Selain mencatat pertumbuhan ekonomi, Pemkab Barru juga memperluas akses layanan dasar. Pemerintah aktif memperkuat infrastruktur wilayah dan menangani isu strategis daerah.

Di antaranya, pengentasan kemiskinan, penurunan stunting, serta peningkatan kualitas sumber daya manusia.

Namun demikian, Bupati mengakui masih terdapat sejumlah tantangan besar yang harus segera diselesaikan.


Tantangan Fiskal dan Infrastruktur

Salah satu kendala utama adalah keterbatasan kapasitas fiskal daerah. Saat ini, proyeksi APBD Barru masih berada di kisaran Rp700 miliar.

Di sektor infrastruktur, kondisi jalan masih menjadi perhatian serius.

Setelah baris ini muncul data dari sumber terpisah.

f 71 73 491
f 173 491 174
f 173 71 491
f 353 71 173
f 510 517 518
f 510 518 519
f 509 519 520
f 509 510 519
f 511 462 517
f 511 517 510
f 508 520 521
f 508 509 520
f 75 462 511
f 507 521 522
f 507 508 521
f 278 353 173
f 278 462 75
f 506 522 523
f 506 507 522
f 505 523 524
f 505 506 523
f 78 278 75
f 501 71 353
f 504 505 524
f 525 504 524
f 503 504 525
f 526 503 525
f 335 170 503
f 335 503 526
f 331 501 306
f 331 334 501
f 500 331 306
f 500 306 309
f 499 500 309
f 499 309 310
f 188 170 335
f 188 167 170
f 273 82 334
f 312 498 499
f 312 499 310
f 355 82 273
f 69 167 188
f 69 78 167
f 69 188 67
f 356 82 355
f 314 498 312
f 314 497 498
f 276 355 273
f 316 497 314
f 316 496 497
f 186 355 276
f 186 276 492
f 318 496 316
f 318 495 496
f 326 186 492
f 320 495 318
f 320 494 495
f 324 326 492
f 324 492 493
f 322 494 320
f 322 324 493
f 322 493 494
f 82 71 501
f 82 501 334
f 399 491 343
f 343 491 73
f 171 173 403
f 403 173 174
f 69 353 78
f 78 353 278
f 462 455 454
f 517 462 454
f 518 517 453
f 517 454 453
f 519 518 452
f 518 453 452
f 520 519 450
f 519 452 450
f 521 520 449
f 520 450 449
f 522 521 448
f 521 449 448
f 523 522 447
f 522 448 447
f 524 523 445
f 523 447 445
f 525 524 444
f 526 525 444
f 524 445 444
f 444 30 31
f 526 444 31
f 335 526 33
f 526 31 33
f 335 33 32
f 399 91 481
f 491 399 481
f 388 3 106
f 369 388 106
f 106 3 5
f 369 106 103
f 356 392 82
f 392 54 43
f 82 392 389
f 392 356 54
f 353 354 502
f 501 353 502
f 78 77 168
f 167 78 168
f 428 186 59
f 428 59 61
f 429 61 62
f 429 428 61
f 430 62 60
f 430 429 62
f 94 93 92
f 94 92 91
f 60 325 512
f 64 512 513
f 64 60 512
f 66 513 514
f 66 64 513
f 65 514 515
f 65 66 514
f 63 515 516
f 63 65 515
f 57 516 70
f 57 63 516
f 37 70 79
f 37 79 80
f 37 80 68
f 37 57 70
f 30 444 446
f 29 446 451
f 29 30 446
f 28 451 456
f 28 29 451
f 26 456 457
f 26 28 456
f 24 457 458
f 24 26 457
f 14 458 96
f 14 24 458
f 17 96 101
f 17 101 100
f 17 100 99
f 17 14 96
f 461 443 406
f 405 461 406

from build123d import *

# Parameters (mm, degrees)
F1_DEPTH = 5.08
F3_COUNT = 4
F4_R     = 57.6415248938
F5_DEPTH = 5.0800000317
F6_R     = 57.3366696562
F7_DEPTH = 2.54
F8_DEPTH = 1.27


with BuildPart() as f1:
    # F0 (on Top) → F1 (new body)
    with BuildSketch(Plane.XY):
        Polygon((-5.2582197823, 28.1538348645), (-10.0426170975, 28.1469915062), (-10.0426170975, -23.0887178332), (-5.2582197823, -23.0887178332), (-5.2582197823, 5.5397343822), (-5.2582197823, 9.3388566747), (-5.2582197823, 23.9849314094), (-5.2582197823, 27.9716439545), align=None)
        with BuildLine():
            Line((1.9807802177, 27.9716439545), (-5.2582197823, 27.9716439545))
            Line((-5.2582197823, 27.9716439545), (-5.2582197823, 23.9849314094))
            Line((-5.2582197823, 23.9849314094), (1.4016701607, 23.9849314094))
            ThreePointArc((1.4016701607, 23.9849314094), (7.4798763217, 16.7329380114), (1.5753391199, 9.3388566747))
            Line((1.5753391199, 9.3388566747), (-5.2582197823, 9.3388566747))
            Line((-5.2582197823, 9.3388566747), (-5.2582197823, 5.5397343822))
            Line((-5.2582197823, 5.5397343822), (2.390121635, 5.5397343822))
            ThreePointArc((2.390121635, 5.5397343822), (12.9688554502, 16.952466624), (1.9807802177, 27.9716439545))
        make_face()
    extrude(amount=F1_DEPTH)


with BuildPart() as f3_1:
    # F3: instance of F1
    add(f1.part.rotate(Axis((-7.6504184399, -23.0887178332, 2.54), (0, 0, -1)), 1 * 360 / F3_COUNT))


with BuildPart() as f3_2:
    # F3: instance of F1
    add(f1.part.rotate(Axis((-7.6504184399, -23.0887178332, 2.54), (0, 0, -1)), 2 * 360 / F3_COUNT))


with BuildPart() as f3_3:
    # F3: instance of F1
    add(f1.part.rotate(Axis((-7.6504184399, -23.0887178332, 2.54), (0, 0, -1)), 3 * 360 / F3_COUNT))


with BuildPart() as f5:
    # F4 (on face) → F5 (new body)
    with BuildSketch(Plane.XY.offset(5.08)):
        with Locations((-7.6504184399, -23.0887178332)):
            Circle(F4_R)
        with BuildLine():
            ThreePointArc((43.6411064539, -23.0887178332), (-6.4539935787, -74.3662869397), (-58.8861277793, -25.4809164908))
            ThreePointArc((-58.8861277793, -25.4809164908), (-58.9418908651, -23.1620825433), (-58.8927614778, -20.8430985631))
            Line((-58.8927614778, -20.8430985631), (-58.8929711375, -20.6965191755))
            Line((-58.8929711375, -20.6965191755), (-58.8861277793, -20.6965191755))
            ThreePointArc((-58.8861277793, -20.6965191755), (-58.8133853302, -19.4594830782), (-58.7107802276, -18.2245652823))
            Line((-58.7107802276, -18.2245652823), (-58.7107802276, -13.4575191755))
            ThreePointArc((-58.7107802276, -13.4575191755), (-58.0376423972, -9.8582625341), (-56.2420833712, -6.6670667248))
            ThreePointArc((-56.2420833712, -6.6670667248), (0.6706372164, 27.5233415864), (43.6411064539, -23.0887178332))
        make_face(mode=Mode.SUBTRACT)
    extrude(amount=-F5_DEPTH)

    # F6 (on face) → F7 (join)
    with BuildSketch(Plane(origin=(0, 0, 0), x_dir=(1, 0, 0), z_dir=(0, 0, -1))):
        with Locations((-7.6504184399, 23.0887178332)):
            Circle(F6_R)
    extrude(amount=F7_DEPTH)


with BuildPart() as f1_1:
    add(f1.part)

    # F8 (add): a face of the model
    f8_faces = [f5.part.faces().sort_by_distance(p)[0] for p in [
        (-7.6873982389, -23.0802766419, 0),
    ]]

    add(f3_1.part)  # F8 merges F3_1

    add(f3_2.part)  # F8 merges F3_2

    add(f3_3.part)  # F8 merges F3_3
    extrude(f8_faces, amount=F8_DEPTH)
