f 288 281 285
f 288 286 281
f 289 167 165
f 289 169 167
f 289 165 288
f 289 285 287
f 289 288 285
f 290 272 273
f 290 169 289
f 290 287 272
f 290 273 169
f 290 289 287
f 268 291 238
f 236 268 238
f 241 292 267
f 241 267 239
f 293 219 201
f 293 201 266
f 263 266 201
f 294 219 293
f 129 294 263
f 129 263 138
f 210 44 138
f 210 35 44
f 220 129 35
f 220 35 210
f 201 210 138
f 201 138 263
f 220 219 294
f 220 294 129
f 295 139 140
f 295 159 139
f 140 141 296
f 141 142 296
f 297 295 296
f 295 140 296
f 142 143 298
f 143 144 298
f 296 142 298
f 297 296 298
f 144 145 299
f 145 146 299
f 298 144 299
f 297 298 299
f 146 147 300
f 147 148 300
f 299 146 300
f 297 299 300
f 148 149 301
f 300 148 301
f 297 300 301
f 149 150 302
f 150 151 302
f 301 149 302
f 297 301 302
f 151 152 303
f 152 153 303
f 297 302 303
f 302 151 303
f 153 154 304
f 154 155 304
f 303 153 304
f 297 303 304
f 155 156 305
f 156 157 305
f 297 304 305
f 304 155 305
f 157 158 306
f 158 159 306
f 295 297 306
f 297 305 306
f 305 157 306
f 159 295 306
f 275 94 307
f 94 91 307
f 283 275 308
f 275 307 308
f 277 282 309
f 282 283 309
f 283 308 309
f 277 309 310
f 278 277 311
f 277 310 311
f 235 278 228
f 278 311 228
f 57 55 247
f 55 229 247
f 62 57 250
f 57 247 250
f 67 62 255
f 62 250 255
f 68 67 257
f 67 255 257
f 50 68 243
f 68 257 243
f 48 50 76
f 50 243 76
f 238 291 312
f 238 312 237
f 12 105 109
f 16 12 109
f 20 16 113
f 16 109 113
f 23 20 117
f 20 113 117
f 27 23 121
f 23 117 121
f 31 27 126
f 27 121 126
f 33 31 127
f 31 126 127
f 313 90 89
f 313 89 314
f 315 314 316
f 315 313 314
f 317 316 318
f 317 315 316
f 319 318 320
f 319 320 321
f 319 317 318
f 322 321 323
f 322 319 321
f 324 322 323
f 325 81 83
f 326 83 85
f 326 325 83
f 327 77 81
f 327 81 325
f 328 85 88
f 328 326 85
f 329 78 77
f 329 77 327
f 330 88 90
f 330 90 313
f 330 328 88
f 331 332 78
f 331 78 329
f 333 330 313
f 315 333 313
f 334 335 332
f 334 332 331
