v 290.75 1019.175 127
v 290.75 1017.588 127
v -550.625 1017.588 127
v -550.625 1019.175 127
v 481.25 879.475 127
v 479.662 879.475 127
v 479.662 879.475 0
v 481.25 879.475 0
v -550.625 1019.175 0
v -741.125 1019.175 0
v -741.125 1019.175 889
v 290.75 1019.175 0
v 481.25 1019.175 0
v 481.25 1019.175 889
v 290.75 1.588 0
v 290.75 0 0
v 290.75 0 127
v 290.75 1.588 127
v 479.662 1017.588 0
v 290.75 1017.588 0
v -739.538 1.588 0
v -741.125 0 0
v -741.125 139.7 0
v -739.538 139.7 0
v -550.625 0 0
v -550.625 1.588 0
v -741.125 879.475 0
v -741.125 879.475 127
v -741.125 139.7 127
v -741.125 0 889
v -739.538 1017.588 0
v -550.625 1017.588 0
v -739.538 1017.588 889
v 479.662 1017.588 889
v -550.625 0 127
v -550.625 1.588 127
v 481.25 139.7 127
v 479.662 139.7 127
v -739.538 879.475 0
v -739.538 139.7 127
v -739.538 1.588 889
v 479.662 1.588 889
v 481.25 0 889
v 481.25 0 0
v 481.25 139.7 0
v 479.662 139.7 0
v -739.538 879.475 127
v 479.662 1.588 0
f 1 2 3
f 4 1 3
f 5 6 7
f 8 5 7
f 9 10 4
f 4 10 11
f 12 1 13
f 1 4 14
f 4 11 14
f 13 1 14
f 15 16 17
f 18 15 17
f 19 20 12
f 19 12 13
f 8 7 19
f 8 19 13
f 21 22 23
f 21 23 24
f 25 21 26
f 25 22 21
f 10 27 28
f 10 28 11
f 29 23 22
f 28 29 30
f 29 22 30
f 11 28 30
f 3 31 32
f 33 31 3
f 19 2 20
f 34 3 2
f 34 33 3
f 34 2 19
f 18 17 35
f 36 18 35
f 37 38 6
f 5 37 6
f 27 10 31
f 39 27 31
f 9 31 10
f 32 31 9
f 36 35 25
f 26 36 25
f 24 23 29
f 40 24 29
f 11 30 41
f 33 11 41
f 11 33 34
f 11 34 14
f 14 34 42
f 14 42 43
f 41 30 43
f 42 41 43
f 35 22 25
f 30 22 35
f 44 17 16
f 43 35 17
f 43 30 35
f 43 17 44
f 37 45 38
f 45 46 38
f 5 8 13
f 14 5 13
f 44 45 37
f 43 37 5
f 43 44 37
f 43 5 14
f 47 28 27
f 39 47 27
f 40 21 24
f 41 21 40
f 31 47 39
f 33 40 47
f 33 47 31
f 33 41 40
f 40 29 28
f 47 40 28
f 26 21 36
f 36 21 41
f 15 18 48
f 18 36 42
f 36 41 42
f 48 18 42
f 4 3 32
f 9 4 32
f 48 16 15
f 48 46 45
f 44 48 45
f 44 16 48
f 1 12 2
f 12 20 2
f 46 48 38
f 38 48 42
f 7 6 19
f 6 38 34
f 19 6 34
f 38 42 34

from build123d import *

# Parameters (mm, degrees)
F0_W     = 481.25
F0_H     = 350
F1_DEPTH = 401.25
F2_W     = 480
F2_H     = 400
F3_DEPTH = 350.001
F5_DEPTH = 481.251
F7_DEPTH = 401.251
F8_SCALE = 2.54


with BuildPart() as f1:
    # F0 (on Front) → F1 (new body)
    with BuildSketch(Plane.XZ):
        with Locations((240.625, 175)):
            Rectangle(F0_W, F0_H)
    extrude(amount=-F1_DEPTH)

    # F2 (on face) → F3 (cut, through all)
    with BuildSketch(Plane.XY.offset(350)):
        with Locations((240.625, 200.625)):
            Rectangle(F2_W, F2_H)
    extrude(amount=-F3_DEPTH, mode=Mode.SUBTRACT)

    # F4 (on face) → F5 (cut, through all)
    with BuildSketch(Plane(origin=(0, 0, 0), x_dir=(0, -1, 0), z_dir=(-1, 0, 0))):
        Polygon((-346.25, 50), (-346.25, 0), (-346.25, -50), (-55, -50), (-55, 50), align=None)
    extrude(amount=-F5_DEPTH, mode=Mode.SUBTRACT)

    # F6 (on face) → F7 (cut, through all)
    with BuildSketch(Plane.XZ):
        Polygon((75, 50), (75, 0), (75, -50), (406.25, -50), (406.25, 50), align=None)
    extrude(amount=-F7_DEPTH, mode=Mode.SUBTRACT)


with BuildPart() as f1_1:
    # F8: moved
    add(f1.part.scale(F8_SCALE).moved(Location((-741.125, 0, 0))))


solid = f1_1.part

Dari total kebutuhan sekitar 600 kilometer jalan layak, baru 30 persen yang dalam kondisi baik.

Karena itu, Bupati menekankan pentingnya dukungan pemerintah pusat.

Kita tidak bisa hanya mengandalkan APBD. Kita perlu dukungan pusat, seperti program Inpres Jalan Daerah, jelasnya.

Program tersebut sebelumnya telah membantu pembangunan jalan dengan nilai sekitar Rp50 miliar.


Pelayanan Kesehatan Masih Perlu Dibenahi

Selain infrastruktur, pelayanan kesehatan juga menjadi sorotan. Bupati mengakui masih terdapat kekurangan layanan di rumah sakit dan fasilitas kesehatan dasar.

Kondisi ini mencakup puskesmas hingga pustu yang masih perlu peningkatan kualitas layanan.

Oleh karena itu, ini menjadi komitmen bersama untuk terus memperbaiki pelayanan kesehatan, tegasnya.


Komitmen Tegas Lindungi PPPK

Pada kesempatan tersebut, Bupati juga menegaskan sikap pemerintah daerah terkait kebijakan alokasi anggaran dari pusat.

Ia menyebut, target pemenuhan alokasi 30 persen sulit direalisasikan karena kondisi keuangan daerah.

Selain itu, struktur belanja Barru masih didominasi belanja pegawai. Terutama untuk Pegawai Pemerintah dengan Perjanjian Kerja (PPPK).

Menurutnya, PPPK memiliki peran vital dalam pelayanan publik.

PPPK tidak bisa dikorbankan. Mereka berada di garda terdepan, tegasnya.

Di sektor pendidikan, guru PPPK menjadi penopang utama proses belajar. Sementara di sektor kesehatan, tenaga PPPK mendominasi layanan di puskesmas.

Jika anggaran dipangkas, maka dampaknya langsung dirasakan masyarakat.


Ajakan Bersama DPRD

Lebih lanjut, Bupati menegaskan komitmennya bersama Wakil Bupati untuk tetap mempertahankan hak tenaga PPPK.

Ia juga mengajak seluruh pimpinan dan anggota DPRD untuk bersatu memperjuangkan nasib mereka.

Menurutnya, perlindungan PPPK bukan sekadar kebijakan administratif. Namun juga menyangkut keadilan dan keberlanjutan pelayanan publik.

Jika bukan kita yang memperjuangkan mereka, lalu siapa lagi? ujarnya.


Komitmen Pembangunan Berkelanjutan

Menutup sambutannya, Bupati menegaskan bahwa pemerintah daerah akan terus berbenah.

Ia memastikan rekomendasi DPRD menjadi pijakan dalam mempercepat pembangunan.

Selain itu, ia mengajak seluruh pihak memperkuat kolaborasi dan inovasi.

Langkah tersebut bertujuan mewujudkan Barru yang berkeadilan, maju berkelanjutan, dan sejahtera lebih cepat.